▶ _SOURCE INFORMATION_:
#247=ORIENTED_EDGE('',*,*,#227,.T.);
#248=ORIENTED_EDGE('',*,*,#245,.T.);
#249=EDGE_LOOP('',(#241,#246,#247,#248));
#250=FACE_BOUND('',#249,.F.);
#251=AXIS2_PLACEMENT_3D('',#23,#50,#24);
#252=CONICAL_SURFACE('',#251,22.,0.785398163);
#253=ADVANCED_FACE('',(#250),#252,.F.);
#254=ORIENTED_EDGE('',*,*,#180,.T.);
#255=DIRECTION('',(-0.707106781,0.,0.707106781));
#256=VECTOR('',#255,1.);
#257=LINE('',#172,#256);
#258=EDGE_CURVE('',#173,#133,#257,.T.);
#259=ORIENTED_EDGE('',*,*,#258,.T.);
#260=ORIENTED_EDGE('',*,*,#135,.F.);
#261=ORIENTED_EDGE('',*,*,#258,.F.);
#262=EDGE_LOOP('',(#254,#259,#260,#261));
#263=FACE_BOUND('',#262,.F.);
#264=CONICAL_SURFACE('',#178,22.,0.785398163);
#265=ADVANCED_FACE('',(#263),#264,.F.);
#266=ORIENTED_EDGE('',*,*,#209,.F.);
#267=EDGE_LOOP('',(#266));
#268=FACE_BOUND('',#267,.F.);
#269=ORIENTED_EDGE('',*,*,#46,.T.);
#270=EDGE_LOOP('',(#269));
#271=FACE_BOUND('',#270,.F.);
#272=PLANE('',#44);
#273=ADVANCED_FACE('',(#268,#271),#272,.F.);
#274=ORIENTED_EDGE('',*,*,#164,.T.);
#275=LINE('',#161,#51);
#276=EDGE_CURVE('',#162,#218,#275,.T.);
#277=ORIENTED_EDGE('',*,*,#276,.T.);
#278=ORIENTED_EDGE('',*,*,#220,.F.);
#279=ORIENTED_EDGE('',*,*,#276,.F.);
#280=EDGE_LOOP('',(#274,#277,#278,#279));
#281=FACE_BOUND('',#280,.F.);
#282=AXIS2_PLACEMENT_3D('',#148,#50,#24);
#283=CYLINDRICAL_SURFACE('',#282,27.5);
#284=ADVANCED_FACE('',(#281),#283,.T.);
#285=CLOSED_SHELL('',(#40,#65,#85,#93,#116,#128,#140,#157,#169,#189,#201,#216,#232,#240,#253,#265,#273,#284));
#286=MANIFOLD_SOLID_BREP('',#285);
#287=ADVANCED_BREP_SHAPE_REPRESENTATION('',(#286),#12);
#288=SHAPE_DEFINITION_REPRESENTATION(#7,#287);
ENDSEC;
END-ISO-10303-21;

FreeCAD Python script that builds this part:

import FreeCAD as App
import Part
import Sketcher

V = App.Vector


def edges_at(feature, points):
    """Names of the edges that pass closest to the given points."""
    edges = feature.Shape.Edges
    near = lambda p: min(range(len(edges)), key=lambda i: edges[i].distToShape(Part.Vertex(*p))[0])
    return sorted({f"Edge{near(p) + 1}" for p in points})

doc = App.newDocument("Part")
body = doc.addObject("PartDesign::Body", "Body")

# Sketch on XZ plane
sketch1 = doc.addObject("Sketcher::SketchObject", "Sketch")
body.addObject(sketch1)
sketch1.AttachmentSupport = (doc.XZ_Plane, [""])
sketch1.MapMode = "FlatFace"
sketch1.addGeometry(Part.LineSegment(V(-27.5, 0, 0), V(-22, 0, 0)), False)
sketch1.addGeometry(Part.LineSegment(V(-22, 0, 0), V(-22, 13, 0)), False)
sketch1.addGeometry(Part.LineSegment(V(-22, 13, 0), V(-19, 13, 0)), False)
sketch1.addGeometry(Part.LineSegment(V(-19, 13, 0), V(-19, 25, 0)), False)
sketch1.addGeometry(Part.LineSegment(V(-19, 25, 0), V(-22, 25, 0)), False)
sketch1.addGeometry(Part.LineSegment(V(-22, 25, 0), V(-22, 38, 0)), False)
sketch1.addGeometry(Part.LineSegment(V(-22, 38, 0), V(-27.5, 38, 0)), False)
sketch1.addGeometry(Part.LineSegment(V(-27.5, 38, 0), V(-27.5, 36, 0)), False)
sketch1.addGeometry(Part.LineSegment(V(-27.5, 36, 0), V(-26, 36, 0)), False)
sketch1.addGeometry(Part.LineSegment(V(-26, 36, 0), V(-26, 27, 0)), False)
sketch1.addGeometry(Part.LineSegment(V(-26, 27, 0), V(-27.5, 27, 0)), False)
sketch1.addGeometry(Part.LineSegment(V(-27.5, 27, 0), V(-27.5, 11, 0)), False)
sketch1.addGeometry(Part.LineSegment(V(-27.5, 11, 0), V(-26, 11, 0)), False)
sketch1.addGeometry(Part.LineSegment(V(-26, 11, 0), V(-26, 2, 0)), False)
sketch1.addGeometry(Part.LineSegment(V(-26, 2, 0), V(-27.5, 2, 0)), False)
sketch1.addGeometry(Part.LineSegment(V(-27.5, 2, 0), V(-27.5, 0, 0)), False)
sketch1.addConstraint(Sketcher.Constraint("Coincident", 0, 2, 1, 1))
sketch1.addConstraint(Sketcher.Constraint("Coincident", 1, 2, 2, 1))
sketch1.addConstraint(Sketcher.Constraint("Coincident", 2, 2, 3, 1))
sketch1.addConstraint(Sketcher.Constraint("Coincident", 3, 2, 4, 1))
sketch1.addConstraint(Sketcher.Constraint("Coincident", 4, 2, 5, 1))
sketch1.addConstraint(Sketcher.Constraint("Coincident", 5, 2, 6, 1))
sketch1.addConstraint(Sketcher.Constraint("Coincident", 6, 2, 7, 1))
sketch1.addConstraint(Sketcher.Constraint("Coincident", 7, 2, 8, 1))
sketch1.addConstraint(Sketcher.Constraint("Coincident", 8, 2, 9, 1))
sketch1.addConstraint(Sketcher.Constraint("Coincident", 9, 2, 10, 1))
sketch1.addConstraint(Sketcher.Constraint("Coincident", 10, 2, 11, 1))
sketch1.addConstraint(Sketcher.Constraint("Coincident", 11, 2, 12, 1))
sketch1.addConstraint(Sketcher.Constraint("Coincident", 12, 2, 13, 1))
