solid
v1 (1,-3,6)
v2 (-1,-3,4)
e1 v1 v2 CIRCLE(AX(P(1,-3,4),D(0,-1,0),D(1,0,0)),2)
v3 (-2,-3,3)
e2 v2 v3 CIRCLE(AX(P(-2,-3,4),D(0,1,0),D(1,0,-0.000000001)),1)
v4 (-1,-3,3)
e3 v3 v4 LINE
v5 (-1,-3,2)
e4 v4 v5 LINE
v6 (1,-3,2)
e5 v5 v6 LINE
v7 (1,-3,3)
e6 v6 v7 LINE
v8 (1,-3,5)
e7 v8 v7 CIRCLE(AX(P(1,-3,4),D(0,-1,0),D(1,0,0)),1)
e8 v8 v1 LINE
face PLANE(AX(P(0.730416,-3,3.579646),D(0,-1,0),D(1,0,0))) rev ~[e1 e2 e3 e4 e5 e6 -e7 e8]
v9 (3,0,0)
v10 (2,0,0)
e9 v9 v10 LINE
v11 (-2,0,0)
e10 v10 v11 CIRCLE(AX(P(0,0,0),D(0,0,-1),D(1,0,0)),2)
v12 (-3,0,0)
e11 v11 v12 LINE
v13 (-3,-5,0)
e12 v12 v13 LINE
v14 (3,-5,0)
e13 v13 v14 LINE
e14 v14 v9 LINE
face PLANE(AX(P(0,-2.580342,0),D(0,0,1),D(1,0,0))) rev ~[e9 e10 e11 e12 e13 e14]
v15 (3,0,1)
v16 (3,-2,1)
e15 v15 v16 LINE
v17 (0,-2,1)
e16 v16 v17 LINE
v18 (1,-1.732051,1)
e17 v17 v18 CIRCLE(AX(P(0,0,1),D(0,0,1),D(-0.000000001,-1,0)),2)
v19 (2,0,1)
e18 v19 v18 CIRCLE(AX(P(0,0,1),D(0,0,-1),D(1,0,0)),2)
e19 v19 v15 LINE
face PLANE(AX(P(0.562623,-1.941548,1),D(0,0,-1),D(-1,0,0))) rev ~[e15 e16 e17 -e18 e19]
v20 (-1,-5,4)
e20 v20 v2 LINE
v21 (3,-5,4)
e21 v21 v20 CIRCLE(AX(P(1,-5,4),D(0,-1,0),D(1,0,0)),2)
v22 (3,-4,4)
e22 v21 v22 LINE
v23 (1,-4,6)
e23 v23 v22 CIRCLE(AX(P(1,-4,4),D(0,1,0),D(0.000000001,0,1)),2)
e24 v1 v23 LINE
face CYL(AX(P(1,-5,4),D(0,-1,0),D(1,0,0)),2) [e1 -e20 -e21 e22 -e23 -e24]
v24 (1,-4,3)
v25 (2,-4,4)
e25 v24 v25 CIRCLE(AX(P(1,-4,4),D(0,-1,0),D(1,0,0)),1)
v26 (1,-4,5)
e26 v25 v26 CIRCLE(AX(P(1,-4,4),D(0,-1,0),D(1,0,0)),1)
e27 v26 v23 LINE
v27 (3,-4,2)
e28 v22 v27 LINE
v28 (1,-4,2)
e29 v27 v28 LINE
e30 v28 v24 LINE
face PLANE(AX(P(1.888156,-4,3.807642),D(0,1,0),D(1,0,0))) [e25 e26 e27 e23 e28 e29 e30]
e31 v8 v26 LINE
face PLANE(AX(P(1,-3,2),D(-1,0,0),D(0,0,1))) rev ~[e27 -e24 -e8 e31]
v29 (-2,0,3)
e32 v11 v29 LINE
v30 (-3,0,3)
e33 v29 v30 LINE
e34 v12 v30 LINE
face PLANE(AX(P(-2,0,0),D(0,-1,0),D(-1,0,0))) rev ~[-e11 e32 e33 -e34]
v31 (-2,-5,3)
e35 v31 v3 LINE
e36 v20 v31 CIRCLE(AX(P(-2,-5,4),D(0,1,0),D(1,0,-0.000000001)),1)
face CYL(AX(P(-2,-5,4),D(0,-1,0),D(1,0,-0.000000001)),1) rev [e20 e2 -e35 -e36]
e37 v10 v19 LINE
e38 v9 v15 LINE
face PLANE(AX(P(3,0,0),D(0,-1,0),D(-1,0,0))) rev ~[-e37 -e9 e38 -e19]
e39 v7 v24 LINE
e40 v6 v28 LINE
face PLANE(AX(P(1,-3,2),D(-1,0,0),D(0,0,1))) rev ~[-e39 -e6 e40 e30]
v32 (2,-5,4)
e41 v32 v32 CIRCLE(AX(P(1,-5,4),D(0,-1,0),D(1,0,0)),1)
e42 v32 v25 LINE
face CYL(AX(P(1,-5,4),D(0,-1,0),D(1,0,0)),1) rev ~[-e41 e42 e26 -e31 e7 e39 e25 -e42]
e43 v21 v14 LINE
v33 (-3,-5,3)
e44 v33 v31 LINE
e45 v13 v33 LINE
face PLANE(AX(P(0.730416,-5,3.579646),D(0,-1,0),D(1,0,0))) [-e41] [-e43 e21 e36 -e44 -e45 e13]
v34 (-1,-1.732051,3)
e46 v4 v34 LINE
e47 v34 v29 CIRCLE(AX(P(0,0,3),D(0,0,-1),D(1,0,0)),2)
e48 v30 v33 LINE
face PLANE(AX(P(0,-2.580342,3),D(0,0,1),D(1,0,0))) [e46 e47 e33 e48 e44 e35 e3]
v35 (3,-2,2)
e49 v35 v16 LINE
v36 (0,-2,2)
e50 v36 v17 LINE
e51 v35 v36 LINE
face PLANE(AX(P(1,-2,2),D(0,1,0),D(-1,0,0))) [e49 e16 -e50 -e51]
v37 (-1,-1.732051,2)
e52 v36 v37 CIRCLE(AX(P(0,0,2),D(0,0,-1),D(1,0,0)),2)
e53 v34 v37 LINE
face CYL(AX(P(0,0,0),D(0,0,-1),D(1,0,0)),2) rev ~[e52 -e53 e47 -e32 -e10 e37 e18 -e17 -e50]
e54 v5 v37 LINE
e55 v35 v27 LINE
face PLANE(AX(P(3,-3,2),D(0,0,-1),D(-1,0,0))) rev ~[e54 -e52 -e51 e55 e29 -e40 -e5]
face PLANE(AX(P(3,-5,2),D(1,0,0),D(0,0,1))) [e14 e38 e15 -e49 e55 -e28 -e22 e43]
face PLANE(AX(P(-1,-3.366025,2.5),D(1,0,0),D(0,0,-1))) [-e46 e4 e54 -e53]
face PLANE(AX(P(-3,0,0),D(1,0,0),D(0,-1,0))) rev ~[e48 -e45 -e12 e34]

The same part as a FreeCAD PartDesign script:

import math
import FreeCAD as App
import Part
import Sketcher
from FreeCAD import Vector
Q = App.Units.Quantity


def add_polygon(sketch, points):
    """Adds a closed chain of lines whose ends are joined by coincident constraints."""
    first, n = sketch.GeometryCount, len(points)
    for a, b in zip(points, points[1:] + points[:1]):
        sketch.addGeometry(Part.LineSegment(App.Vector(*a, 0), App.Vector(*b, 0)), False)
    for i in range(n):
        sketch.addConstraint(Sketcher.Constraint("Coincident", first + i, 2, first + (i + 1) % n, 1))

doc = App.newDocument("Part")
body = doc.addObject("PartDesign::Body", "Body")

# Sketch on XY plane
sketch1 = body.newObject("Sketcher::SketchObject", "Sketch")
sketch1.AttachmentSupport = (doc.getObject("XY_Plane"), [""])
sketch1.MapMode = "FlatFace"
sketch1.addGeometry(Part.LineSegment(Vector(-2, 0, 0), Vector(-3, 0, 0)), False)
sketch1.addGeometry(Part.LineSegment(Vector(-3, 0, 0), Vector(-3, -5, 0)), False)
sketch1.addGeometry(Part.LineSegment(Vector(-3, -5, 0), Vector(3, -5, 0)), False)
sketch1.addGeometry(Part.LineSegment(Vector(3, -5, 0), Vector(3, 0, 0)), False)
sketch1.addGeometry(Part.LineSegment(Vector(3, 0, 0), Vector(2, 0, 0)), False)
sketch1.addGeometry(Part.ArcOfCircle(Part.Circle(Vector(0, 0, 0), Vector(0, 0, 1), 2), math.radians(180), math.radians(360)), False)
sketch1.addConstraint(Sketcher.Constraint("Coincident", 0, 2, 1, 1))
sketch1.addConstraint(Sketcher.Constraint("Coincident", 1, 2, 2, 1))
sketch1.addConstraint(Sketcher.Constraint("Coincident", 2, 2, 3, 1))
sketch1.addConstraint(Sketcher.Constraint("Coincident", 3, 2, 4, 1))
sketch1.addConstraint(Sketcher.Constraint("Coincident", 4, 2, 5, 2))
sketch1.addConstraint(Sketcher.Constraint("Coincident", 5, 1, 0, 1))
sketch1.addConstraint(Sketcher.Constraint("Horizontal", 0))
sketch1.addConstraint(Sketcher.Constraint("Vertical", 1))
sketch1.addConstraint(Sketcher.Constraint("Horizontal", 2))
sketch1.addConstraint(Sketcher.Constraint("Vertical", 3))
sketch1.addConstraint(Sketcher.Constraint("Horizontal", 4))
sketch1.addConstraint(Sketcher.Constraint("Coincident", 5, 3, -1, 1))
sketch1.addConstraint(Sketcher.Constraint("Symmetric", 0, 2, 3, 2, -1, 1))
sketch1.addConstraint(Sketcher.Constraint("PointOnObject", 0, 2, -1))
sketch1.addConstraint(Sketcher.Constraint("Radius", 5, Q("2 mm")))
sketch1.addConstraint(Sketcher.Constraint("DistanceX", 0, 2, 0, 1, Q("1 mm")))
sketch1.addConstraint(Sketcher.Constraint("DistanceY", 1, 2, 1, 1, Q("5 mm")))
pad1 = body.newObject("PartDesign::Pad", "Pad")
pad1.Profile = sketch1
pad1.Length = 3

▶ _ACTIVITY_: Restate word for word the lines of the data above, starting at the line containing "e8 v8 v1 LINE" and ending at the line containing "v14 (3,-5,0)", both included, and nothing more.

▶ _REPLY_:
e8 v8 v1 LINE
face PLANE(AX(P(0.730416,-3,3.579646),D(0,-1,0),D(1,0,0))) rev ~[e1 e2 e3 e4 e5 e6 -e7 e8]
v9 (3,0,0)
v10 (2,0,0)
e9 v9 v10 LINE
v11 (-2,0,0)
e10 v10 v11 CIRCLE(AX(P(0,0,0),D(0,0,-1),D(1,0,0)),2)
v12 (-3,0,0)
e11 v11 v12 LINE
v13 (-3,-5,0)
e12 v12 v13 LINE
v14 (3,-5,0)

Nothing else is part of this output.